▸ What needs to be done
Within the data below, copy each line where the string "near" is found.

Data records START

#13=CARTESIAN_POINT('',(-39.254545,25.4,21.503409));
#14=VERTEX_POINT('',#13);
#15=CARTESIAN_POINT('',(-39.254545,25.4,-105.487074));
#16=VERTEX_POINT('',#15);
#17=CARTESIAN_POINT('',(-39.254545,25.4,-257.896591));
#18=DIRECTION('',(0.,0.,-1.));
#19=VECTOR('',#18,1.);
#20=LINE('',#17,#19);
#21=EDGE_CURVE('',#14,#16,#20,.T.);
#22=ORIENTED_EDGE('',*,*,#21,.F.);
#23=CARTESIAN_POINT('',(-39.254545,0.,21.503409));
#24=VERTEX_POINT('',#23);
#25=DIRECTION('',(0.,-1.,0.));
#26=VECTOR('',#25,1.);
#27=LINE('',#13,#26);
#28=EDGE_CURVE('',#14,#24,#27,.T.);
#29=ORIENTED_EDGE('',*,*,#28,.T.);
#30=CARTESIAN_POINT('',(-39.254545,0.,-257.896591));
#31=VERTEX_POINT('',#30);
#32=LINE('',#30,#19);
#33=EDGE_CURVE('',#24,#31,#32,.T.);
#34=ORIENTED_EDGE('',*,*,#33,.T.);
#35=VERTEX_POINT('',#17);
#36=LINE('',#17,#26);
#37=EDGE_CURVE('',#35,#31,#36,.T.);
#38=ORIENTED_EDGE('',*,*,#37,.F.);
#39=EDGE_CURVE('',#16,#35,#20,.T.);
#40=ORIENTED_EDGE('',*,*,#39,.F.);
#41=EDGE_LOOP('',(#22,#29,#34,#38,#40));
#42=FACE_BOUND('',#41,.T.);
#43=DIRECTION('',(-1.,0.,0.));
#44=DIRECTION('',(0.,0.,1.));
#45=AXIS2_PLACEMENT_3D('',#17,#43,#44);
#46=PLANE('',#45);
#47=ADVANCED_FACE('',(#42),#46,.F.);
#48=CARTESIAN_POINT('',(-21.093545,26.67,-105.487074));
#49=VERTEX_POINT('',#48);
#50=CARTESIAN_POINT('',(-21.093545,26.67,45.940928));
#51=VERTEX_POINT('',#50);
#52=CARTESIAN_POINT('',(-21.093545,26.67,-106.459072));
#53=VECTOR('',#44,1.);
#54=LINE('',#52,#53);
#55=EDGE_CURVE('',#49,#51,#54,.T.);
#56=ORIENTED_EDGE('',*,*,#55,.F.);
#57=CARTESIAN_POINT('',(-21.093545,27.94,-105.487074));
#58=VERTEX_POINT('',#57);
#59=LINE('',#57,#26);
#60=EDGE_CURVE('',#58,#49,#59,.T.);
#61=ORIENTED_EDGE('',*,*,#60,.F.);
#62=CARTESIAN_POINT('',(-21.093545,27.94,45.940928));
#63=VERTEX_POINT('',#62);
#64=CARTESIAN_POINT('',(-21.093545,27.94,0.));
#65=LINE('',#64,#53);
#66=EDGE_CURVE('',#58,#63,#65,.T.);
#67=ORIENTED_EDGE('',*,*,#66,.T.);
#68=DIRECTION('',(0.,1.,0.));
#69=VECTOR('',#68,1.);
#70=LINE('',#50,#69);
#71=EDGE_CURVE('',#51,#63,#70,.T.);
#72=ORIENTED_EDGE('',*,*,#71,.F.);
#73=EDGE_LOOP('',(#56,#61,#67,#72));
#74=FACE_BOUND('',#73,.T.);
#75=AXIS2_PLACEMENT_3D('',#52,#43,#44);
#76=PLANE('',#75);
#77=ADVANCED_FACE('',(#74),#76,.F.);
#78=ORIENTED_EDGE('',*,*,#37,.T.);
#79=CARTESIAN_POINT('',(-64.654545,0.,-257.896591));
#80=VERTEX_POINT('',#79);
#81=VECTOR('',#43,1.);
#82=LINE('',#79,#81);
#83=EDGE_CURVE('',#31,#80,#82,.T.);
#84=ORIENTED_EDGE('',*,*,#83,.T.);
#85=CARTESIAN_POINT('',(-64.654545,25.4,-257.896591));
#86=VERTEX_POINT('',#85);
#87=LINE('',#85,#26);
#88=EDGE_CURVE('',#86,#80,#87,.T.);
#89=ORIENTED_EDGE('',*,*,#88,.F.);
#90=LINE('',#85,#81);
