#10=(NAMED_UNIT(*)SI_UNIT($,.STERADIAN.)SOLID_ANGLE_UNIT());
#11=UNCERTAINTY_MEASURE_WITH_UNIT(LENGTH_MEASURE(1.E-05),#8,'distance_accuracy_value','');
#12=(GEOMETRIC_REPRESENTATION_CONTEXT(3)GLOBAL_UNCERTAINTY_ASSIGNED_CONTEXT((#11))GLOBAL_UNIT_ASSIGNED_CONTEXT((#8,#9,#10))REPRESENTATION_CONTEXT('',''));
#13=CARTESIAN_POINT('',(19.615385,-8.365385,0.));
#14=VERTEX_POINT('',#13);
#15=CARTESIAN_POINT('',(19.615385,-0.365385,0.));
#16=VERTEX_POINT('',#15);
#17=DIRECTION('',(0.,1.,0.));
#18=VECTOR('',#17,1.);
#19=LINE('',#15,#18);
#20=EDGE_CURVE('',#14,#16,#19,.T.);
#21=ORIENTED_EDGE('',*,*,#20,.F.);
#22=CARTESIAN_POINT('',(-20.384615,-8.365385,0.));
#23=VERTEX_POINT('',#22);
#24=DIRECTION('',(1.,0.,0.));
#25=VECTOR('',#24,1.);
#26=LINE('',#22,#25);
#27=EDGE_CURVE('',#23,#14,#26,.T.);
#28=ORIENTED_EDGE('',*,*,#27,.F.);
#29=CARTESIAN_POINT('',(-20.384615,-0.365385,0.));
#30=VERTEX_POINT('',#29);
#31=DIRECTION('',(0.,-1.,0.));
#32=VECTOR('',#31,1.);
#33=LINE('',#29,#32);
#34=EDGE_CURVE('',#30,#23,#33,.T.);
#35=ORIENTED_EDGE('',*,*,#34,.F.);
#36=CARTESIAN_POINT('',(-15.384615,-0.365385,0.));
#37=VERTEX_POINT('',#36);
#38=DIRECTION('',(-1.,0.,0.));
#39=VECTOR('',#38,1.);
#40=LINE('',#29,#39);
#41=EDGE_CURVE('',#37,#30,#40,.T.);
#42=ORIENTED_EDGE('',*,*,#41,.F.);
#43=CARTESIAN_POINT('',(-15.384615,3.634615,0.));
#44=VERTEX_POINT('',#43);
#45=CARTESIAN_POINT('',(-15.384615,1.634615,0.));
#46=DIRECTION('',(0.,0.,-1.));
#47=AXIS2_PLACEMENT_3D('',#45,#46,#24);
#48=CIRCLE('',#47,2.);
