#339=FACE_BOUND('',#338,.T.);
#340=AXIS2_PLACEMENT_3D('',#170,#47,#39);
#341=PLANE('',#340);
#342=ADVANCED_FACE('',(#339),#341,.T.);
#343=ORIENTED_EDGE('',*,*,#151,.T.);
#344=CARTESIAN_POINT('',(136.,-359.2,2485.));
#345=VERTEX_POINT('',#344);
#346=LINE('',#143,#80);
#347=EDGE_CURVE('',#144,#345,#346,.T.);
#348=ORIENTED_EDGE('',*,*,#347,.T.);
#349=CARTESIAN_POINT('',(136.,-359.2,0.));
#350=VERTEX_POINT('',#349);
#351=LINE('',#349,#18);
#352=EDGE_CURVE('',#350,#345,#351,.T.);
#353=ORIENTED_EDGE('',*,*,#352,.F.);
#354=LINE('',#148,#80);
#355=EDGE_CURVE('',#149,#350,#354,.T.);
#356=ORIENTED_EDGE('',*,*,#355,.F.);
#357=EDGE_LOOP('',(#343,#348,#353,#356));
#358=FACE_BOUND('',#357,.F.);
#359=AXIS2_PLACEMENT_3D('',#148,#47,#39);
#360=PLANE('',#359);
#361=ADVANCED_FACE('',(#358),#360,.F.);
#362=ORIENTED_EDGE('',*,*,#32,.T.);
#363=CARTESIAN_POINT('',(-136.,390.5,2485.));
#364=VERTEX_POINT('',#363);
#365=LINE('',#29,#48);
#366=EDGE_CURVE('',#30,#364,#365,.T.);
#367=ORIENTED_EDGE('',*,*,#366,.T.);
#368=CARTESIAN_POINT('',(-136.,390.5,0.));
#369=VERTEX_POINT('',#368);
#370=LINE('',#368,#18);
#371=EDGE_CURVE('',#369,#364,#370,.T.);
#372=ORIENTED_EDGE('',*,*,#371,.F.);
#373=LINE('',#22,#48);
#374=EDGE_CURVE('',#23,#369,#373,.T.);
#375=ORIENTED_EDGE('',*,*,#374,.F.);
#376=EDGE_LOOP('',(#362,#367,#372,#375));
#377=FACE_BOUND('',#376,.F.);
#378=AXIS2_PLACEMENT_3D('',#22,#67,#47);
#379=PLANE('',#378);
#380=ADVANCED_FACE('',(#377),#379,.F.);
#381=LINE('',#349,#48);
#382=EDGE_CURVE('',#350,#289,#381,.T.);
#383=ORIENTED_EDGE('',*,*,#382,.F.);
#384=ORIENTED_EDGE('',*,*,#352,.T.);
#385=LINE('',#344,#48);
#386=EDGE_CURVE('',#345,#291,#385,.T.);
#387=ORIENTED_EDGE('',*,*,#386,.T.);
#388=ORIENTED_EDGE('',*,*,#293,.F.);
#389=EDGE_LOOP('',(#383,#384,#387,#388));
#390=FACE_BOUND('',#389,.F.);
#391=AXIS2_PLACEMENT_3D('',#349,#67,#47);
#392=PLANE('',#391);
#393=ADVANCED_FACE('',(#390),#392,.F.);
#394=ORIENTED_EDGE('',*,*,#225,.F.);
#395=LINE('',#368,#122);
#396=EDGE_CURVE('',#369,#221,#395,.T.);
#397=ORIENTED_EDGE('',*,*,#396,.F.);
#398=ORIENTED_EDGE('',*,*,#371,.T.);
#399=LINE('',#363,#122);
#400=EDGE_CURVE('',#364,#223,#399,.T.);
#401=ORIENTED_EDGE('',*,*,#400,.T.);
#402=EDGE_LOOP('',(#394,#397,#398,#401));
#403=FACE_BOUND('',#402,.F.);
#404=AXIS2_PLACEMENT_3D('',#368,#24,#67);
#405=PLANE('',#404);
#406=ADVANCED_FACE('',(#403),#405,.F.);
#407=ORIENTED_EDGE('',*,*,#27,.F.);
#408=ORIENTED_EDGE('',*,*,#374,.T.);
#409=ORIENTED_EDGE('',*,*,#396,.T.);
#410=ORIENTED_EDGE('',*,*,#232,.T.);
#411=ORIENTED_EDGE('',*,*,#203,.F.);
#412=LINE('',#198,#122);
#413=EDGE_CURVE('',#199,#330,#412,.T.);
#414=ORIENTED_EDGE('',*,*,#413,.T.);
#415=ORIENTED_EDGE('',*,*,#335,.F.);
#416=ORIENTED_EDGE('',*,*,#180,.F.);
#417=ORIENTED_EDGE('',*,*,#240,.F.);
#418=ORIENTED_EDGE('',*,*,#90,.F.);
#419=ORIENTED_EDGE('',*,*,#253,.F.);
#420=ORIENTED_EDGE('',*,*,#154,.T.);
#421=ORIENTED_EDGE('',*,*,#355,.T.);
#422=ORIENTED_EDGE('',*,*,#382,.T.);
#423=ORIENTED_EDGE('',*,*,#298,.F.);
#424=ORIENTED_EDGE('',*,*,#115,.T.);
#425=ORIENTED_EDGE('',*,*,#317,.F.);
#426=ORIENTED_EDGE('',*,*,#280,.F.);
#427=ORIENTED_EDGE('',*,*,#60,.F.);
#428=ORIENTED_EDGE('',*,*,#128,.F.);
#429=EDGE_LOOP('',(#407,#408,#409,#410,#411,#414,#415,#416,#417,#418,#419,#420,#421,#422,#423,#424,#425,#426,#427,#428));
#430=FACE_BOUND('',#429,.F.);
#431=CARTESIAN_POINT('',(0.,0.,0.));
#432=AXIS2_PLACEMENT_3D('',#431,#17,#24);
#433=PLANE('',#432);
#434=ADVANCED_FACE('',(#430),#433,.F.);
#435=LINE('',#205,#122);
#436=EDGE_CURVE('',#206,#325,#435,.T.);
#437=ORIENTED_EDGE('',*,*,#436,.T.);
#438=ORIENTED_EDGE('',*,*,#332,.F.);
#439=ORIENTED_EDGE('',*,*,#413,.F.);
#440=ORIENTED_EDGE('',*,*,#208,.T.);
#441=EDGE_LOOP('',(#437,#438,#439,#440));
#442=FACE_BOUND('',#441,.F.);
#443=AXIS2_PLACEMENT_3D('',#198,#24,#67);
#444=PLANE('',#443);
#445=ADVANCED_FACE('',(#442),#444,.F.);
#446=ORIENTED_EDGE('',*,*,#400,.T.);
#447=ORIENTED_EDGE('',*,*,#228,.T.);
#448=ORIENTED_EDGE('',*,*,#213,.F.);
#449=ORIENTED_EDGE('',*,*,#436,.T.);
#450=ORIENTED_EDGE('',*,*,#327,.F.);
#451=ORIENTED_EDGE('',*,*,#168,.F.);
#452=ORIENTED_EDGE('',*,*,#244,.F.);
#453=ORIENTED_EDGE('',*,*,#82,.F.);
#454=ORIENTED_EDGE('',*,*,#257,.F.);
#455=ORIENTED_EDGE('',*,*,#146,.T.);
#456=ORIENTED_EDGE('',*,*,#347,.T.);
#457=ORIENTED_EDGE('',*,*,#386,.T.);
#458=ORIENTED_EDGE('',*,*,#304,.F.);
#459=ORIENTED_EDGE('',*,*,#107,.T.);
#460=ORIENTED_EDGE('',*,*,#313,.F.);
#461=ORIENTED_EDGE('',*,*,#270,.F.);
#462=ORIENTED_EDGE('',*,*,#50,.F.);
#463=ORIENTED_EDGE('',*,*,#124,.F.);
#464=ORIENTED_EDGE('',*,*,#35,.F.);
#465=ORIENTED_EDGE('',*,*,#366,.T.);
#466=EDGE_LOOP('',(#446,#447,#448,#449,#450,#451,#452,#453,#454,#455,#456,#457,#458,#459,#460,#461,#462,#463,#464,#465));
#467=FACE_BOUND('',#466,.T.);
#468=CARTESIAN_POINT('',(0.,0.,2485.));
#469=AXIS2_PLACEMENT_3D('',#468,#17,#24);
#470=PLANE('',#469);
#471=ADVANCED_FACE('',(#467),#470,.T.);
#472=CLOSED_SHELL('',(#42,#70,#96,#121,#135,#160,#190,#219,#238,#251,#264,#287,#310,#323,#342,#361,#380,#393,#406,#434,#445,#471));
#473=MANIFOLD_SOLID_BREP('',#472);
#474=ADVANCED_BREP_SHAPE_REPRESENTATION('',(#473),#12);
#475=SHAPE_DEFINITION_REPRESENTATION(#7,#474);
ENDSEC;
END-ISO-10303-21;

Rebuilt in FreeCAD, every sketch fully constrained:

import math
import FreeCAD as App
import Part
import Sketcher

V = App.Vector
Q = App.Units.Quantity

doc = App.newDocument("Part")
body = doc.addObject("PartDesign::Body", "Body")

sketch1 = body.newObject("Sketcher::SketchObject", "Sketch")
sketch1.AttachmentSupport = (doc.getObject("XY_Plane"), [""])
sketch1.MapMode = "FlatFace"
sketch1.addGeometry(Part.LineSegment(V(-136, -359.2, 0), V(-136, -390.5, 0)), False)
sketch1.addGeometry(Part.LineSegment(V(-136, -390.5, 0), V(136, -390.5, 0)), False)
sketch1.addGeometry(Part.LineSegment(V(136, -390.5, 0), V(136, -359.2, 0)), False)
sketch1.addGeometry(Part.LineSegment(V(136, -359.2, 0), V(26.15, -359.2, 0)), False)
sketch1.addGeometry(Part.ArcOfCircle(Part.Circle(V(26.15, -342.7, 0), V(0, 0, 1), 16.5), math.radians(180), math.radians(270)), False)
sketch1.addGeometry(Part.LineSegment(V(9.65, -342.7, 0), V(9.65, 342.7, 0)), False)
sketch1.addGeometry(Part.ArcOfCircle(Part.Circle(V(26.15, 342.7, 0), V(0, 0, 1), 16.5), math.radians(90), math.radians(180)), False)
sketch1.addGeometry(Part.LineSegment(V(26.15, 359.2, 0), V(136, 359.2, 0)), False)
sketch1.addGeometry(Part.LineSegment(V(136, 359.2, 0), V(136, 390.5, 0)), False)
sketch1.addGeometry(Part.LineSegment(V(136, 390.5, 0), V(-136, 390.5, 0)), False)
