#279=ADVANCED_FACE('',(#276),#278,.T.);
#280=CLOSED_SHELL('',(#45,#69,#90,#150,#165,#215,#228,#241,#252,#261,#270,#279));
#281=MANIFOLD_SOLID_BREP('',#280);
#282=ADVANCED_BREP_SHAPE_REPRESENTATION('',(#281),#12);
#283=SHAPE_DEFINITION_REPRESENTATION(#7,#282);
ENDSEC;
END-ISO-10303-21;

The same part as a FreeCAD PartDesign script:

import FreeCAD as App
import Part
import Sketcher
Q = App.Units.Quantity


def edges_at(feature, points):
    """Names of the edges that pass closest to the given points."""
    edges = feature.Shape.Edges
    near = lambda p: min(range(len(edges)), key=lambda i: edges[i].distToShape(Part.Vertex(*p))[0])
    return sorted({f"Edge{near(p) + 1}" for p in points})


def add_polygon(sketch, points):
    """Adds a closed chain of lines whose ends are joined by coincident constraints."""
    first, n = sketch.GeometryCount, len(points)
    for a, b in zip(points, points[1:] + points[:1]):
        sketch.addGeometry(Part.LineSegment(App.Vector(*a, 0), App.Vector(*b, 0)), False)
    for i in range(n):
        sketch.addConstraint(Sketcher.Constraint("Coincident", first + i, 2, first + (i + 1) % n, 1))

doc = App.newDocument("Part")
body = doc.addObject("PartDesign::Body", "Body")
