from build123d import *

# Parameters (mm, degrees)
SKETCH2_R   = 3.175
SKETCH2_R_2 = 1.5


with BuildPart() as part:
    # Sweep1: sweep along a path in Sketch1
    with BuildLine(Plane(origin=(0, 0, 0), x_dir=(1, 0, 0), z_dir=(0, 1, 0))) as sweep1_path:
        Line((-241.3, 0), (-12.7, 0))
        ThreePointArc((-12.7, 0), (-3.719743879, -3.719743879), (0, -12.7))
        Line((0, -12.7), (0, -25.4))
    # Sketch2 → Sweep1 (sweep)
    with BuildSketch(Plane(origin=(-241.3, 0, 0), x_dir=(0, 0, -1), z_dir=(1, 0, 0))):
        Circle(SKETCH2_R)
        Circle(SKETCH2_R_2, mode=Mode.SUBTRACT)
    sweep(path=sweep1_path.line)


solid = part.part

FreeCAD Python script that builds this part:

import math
import FreeCAD as App
import Part
import Sketcher

V = App.Vector
Q = App.Units.Quantity

doc = App.newDocument("Part")
body = doc.addObject("PartDesign::Body", "Body")

# Sketch on YZ plane
sketch1 = body.newObject("Sketcher::SketchObject", "Sketch")
sketch1.AttachmentSupport = (doc.getObject("YZ_Plane"), [""])
sketch1.MapMode = "FlatFace"
sketch1.AttachmentOffset = App.Placement(V(0, 0, -9.5 * 25.4), App.Rotation())
sketch1.addGeometry([
    Part.Circle(V(0, 0, 0), V(0, 0, 1), 3.2),
    Part.Circle(V(0, 0, 0), V(0, 0, 1), 1.5),
], False)
sketch1.addConstraint([
    Sketcher.Constraint("Coincident", 0, 3, -1, 1),
    Sketcher.Constraint("Coincident", 1, 3, -1, 1),
    Sketcher.Constraint("Diameter", 0, Q("0.25 in")),
    Sketcher.Constraint("Diameter", 1, Q("3 mm")),
])

# Sketch on XZ plane
sketch2 = body.newObject("Sketcher::SketchObject", "Sketch001")
sketch2.AttachmentSupport = (doc.getObject("XZ_Plane"), [""])
sketch2.MapMode = "FlatFace"
sketch2.addGeometry([
    Part.LineSegment(V(-241, 0, 0), V(-13, 0, 0)),
    Part.ArcOfCircle(Part.Circle(V(-13, 13, 0), V(0, 0, 1), 13), math.radians(-90), math.radians(0)),
    Part.LineSegment(V(0, 13, 0), V(0, 25, 0)),
], False)
sketch2.addConstraint([
    Sketcher.Constraint("Tangent", 0, 2, 1, 1),
    Sketcher.Constraint("Tangent", 1, 2, 2, 1),
    Sketcher.Constraint("Horizontal", 0),
    Sketcher.Constraint("Vertical", 2),
    Sketcher.Constraint("PointOnObject", 0, 1, -1),
    Sketcher.Constraint("PointOnObject", 1, 2, -2),
    Sketcher.Constraint("Radius", 1, Q("0.5 in")),
    Sketcher.Constraint("DistanceX", 0, 1, 0, 2, Q("9 in")),
    Sketcher.Constraint("DistanceY", 2, 1, 2, 2, Q("0.5 in")),
])
doc.recompute()

additivepipe = body.newObject("PartDesign::AdditivePipe", "AdditivePipe")
additivepipe.Profile = sketch1
additivepipe.Spine = (sketch2, ["Edge1", "Edge2", "Edge3"])

doc.recompute()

Data records END

▸ Exercise answer
    near = lambda p: min(range(len(edges)), key=lambda i: edges[i].distToShape(Part.Vertex(*p))[0])
    return sorted({f"Edge{near(p) + 1}" for p in points})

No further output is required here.